Wave Rock: a Western Australian wonder

Wave Rock: a Western Australian wonder

'There's nothing like staring at the greatness of Wave Rock, formed 2700 million years ago. What's more, I'm standing at its slope of granite!'

Seeing the geological grandeur of Wave Rock, near Hyden, was one of many great experiences on Kian Hou’s backpacking adventure through the south-west of Western Australia. Spotting humpback whales from the coastal city of Albany was also a highlight for Kian Hou, who travelled with two male friends from Kuala Lumpur. 

“We started from Perth, but had very little itinerary planned beforehand because we’re all casual men. After touching down in Perth, we rented a car and headed east to Hyden, and then down south to Albany. We then travelled west along the coast, before completing the square up to Perth,” Kian Hou said.

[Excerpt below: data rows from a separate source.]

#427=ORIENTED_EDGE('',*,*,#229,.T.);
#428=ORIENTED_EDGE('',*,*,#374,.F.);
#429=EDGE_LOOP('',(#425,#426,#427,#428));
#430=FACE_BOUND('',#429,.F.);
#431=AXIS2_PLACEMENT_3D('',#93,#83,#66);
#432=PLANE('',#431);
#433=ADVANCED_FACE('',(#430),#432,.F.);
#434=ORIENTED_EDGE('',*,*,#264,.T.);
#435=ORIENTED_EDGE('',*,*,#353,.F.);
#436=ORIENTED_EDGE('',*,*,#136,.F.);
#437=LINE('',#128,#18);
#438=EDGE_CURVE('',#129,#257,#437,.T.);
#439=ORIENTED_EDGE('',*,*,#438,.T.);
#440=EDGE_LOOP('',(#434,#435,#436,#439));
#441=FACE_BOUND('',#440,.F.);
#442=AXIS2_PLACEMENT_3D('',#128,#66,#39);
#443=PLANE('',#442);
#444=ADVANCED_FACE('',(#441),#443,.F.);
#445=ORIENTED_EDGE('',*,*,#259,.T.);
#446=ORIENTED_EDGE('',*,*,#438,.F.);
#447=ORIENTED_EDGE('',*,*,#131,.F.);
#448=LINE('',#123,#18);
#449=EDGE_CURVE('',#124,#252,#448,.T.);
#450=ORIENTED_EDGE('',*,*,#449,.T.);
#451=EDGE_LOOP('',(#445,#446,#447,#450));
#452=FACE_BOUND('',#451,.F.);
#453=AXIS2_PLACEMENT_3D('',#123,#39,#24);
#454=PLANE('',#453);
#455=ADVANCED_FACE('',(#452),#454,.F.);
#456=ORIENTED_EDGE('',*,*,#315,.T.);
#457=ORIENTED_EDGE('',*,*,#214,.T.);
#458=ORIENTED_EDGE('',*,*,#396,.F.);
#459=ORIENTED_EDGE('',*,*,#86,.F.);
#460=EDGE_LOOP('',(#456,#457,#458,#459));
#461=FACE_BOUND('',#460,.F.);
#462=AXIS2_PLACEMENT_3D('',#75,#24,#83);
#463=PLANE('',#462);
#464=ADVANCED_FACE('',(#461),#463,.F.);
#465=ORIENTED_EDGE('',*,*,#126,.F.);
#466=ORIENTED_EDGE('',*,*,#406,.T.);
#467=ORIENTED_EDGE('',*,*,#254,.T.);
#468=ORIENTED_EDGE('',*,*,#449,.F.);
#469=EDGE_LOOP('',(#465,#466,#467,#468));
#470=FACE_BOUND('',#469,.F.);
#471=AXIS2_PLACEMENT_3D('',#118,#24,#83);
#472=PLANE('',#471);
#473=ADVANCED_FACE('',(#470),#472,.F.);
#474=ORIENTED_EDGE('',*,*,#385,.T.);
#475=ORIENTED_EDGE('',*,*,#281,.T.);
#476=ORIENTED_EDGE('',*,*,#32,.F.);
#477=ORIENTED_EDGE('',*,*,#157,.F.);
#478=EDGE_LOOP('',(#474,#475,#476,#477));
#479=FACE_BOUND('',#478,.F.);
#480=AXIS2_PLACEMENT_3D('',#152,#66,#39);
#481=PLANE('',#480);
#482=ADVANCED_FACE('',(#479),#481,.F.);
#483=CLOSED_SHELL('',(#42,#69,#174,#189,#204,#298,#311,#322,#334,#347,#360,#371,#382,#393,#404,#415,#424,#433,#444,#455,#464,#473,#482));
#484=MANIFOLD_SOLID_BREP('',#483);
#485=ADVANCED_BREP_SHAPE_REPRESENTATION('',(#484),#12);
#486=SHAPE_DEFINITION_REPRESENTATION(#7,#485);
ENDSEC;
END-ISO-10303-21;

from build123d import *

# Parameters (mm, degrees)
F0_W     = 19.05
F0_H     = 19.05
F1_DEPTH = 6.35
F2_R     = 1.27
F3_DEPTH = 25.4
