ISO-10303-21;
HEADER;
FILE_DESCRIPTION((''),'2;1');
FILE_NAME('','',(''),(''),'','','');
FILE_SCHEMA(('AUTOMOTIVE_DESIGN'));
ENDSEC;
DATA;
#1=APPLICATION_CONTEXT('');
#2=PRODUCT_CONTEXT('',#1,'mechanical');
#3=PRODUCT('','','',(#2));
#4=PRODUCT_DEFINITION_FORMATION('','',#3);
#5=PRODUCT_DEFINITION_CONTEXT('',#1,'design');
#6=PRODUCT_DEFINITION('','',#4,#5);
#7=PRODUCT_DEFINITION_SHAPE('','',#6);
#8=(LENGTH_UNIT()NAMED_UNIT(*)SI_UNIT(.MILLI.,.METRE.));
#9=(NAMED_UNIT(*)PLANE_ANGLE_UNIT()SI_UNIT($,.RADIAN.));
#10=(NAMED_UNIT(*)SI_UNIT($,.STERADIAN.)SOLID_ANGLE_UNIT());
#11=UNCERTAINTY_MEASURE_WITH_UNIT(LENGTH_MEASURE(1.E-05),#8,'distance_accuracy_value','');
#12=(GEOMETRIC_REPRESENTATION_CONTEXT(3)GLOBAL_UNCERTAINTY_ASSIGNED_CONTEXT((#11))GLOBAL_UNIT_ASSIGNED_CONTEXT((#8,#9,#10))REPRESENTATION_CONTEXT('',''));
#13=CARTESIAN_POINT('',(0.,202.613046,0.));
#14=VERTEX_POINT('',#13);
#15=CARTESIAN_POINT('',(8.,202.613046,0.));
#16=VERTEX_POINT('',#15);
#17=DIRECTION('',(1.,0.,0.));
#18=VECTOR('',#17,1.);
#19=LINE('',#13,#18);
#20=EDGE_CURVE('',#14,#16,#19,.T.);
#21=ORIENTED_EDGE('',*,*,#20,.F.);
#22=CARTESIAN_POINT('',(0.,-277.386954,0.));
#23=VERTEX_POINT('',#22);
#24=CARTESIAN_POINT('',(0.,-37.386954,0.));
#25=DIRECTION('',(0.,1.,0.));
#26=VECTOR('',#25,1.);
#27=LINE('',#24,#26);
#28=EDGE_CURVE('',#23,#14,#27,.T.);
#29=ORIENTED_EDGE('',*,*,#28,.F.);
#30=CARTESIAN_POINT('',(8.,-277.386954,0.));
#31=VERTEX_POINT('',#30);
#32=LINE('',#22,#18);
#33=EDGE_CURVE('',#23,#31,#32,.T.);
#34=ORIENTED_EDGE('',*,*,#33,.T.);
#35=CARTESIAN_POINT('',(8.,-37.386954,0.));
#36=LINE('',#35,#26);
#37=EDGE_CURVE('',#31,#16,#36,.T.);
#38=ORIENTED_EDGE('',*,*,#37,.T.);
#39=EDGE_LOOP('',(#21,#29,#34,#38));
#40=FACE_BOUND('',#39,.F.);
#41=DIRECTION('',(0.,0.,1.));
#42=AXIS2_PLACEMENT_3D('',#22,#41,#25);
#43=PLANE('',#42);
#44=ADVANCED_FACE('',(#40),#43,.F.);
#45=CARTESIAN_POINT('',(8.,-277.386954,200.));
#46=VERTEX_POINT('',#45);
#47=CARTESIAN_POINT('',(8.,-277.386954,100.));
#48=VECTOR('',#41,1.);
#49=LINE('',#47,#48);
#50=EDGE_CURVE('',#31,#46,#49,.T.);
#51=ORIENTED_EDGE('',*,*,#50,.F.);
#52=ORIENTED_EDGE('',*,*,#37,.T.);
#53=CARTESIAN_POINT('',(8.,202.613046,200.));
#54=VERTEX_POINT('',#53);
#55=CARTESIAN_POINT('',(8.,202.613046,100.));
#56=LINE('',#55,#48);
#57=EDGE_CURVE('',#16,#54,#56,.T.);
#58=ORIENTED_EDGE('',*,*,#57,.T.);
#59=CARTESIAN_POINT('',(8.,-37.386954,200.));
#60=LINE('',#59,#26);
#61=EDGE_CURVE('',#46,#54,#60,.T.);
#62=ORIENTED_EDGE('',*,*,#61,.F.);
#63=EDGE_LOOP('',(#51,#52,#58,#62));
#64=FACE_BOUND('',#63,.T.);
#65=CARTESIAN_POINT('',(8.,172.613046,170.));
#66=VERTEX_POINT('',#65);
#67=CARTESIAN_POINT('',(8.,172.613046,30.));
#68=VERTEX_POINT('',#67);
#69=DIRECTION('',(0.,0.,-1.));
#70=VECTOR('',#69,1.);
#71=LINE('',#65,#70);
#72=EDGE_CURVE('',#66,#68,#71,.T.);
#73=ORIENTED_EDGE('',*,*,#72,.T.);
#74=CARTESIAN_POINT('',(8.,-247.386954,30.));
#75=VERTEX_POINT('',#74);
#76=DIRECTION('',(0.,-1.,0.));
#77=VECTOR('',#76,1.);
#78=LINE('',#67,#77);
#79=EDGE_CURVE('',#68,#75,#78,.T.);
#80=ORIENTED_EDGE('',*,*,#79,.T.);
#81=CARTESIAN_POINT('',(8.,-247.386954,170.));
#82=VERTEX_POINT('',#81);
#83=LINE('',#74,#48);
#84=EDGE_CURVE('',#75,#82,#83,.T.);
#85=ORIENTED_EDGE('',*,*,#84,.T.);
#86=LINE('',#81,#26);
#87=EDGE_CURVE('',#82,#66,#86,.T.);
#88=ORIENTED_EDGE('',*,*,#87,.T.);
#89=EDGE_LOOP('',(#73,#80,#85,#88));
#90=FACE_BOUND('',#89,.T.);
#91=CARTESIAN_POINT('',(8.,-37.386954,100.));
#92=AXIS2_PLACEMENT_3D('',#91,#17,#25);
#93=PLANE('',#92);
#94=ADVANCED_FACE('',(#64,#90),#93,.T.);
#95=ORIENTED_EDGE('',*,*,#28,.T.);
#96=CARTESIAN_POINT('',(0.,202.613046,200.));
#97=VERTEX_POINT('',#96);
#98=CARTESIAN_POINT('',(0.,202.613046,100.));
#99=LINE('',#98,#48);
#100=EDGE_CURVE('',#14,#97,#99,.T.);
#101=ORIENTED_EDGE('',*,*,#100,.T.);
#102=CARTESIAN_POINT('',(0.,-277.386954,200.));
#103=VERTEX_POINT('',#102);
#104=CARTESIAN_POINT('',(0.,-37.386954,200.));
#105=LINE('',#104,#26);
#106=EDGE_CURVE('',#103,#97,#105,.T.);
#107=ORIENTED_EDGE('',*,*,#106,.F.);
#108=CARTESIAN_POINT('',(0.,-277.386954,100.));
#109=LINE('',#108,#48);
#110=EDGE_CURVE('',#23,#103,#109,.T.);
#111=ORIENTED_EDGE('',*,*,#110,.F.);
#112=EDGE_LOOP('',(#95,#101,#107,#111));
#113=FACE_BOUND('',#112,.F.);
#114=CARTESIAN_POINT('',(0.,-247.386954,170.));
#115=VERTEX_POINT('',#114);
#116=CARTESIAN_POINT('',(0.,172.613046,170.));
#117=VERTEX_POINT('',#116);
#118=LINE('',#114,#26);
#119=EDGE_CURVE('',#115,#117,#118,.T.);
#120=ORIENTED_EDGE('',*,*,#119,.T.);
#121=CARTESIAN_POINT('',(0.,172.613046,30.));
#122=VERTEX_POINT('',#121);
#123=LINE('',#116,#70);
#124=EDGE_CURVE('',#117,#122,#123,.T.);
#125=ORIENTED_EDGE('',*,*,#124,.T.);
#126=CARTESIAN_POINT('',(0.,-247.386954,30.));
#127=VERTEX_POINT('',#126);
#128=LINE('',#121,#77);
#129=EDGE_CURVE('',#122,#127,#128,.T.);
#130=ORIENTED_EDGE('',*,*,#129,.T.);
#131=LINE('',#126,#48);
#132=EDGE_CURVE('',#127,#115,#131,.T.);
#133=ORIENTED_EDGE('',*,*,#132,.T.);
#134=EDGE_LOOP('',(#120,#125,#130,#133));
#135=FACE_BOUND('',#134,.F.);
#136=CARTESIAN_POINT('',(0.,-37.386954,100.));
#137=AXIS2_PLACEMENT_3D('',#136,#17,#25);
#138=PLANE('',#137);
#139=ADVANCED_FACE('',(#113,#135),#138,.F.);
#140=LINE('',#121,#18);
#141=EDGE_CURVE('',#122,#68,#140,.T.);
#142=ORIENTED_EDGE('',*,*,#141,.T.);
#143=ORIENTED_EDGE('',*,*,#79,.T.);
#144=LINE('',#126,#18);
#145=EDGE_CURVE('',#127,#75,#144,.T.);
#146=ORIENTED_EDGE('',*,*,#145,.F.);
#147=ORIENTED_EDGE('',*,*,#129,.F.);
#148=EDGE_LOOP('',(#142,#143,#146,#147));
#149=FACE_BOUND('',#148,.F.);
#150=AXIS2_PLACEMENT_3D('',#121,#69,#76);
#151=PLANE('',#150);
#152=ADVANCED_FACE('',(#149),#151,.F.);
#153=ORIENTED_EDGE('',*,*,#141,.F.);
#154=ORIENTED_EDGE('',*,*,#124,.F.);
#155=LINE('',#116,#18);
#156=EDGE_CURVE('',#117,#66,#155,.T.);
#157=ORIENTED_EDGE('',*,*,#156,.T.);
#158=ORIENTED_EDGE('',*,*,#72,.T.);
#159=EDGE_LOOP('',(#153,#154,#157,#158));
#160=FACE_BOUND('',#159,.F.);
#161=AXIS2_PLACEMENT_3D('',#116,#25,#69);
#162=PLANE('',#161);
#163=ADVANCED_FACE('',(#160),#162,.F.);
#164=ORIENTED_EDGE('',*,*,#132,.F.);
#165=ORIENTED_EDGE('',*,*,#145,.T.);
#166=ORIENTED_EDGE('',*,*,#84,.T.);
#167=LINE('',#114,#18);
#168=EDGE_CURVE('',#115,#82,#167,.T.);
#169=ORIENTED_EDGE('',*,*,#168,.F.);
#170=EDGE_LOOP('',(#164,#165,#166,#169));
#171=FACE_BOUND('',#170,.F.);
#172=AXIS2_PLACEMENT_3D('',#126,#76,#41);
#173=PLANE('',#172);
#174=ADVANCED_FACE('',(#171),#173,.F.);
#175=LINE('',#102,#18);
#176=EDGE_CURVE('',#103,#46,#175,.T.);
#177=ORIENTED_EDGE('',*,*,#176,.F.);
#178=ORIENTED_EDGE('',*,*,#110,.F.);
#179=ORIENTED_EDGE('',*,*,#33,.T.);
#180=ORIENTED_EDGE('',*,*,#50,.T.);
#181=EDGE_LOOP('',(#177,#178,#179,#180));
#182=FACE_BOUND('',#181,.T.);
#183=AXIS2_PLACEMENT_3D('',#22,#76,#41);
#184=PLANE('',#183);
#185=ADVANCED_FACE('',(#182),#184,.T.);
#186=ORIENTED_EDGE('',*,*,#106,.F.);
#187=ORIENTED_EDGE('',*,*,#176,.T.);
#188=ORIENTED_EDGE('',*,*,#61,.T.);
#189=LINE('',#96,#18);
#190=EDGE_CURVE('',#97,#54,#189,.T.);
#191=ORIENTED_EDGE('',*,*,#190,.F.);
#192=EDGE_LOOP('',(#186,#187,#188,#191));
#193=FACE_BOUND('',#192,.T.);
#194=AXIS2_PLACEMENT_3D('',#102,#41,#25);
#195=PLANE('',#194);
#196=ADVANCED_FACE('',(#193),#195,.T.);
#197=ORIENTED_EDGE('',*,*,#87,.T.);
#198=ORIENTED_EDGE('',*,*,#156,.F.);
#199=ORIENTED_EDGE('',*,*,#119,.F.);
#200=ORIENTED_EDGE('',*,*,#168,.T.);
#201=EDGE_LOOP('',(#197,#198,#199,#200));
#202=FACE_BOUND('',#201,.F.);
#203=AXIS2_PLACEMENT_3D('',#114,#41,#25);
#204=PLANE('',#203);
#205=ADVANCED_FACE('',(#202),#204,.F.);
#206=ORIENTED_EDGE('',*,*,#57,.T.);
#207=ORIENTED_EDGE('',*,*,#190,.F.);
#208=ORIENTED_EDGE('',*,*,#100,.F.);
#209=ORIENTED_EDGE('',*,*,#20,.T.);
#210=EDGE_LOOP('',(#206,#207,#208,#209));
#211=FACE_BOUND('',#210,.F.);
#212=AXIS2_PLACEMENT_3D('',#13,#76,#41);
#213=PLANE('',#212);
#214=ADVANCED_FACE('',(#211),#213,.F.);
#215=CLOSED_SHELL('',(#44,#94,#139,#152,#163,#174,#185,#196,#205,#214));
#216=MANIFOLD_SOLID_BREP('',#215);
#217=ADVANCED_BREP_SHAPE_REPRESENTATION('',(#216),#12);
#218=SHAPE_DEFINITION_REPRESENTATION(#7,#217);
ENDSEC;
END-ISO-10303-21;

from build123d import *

# Parameters (mm, degrees)
F0_W     = 480
F0_H     = 200
F1_DEPTH = 8


with BuildPart() as f1:
    # F0 (on Right) → F1 (new body)
    with BuildSketch(Plane.YZ):
        with Locations((-37.386954, 100)):
            Rectangle(F0_W, F0_H)
        Polygon((-247.386954, 30), (-247.386954, 170), (-107.386954, 170), (32.613046, 170), (172.613046, 170), (172.613046, 30), (32.613046, 30), (-107.386954, 30), align=None, mode=Mode.SUBTRACT)
    extrude(amount=F1_DEPTH)


solid = f1.part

Their journey followed much of the South-West, Beaches and Goldfields Drive, a longer eight-day loop that also takes in Esperance’s white beaches and the grand old gold town of Kalgoorlie. With less driving time, Kian Hou and his mates were happy to head straight to Hyden, passing rolling farmland and rustic wheatbelt towns on the four-hour trip.

Here the trio saw Wave Rock – the formation that draws thousands of tourists a year to Hyden. Standing 15m high and 110m long, this granite cliff looks remarkably like a huge wave, frozen in motion. Geologists believe the rock has been shaped over 2.7 billion years by the elements.

The area’s other natural rock formations include The Humps, Hippo’s Yawn and Mulka’s Cave, home to a rich collection of Aboriginal rock art. The region is a haven for native birds, and visitors can see rare white kangaroos in the local wildlife park. The scenic 18-hole golf course is open from June to October, and colourful wildflowers cloak the golden plains between September and December. Hyden also has a pioneer museum, observatory and a large collection of lace.

From Hyden, Kian Hou and his friends did the four-hour drive to Albany, which sits on the state’s rugged southern coast. Here they spotted migrating humpback whales, which Kian Hou said was “a new experience for all of us.” The trio spent time soaking up Albany’s scenery – a patchwork of green seas, rock formations, white beaches, tall forests and national parks - before curving up to Perth via the Margaret River Wine Region

Now back to his normal routine of “school and lectures” in Malaysia, Kian Hou is nostalgic for the relaxed road trip he shared with his friends through Western Australia’s south-west. Next, he’d love to visit the Red Centre or Darwin and the tropical Top End, places where he can go “deep into nature”.

“Australia is such a golden land where you can find everything - cities, friendly people, a harmonious lifestyle, wildlife, nature and the outback. I’m a Malaysian, but my trip to Perth has such an impact on me that I want to do PR for Australia,” he said.